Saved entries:
::::

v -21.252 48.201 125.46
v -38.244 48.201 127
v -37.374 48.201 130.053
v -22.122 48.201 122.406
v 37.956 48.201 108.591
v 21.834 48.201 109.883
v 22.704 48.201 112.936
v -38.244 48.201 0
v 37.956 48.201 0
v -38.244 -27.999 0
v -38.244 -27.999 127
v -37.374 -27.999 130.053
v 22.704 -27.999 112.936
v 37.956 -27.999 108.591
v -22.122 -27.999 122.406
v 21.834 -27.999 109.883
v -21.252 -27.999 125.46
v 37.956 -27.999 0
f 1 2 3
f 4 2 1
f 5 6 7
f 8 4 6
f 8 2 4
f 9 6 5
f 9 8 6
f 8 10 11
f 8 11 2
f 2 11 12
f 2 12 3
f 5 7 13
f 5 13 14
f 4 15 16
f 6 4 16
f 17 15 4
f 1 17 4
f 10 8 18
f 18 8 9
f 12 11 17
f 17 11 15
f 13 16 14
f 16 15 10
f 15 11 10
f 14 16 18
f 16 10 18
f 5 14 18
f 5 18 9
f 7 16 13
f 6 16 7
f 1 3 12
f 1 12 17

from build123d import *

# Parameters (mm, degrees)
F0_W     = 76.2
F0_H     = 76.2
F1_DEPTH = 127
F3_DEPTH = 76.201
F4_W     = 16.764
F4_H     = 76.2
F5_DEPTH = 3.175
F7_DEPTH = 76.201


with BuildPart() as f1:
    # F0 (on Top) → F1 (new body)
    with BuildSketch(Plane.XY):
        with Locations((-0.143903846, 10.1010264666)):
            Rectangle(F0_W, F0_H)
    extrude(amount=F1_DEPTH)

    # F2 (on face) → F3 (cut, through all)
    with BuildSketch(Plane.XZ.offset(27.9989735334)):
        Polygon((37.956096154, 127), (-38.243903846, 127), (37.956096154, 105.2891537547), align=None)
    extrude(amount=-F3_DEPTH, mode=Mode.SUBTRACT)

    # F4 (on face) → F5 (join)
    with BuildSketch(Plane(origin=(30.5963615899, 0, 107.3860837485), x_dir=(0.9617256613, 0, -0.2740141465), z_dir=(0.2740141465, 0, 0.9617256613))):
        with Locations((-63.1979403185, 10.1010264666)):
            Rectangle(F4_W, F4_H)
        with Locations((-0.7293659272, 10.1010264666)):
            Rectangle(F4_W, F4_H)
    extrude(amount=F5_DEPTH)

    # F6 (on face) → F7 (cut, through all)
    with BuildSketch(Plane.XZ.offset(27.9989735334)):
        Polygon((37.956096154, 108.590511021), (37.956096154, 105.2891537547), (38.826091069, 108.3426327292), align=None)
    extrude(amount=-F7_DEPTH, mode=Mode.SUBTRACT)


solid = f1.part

::::

Please reproduce, exactly as written, the lines of the records from the first line through the one containing "v -37.374 -27.999 130.053".

TASK SOLUTION:
v -21.252 48.201 125.46
v -38.244 48.201 127
v -37.374 48.201 130.053
v -22.122 48.201 122.406
v 37.956 48.201 108.591
v 21.834 48.201 109.883
v 22.704 48.201 112.936
v -38.244 48.201 0
v 37.956 48.201 0
v -38.244 -27.999 0
v -38.244 -27.999 127
v -37.374 -27.999 130.053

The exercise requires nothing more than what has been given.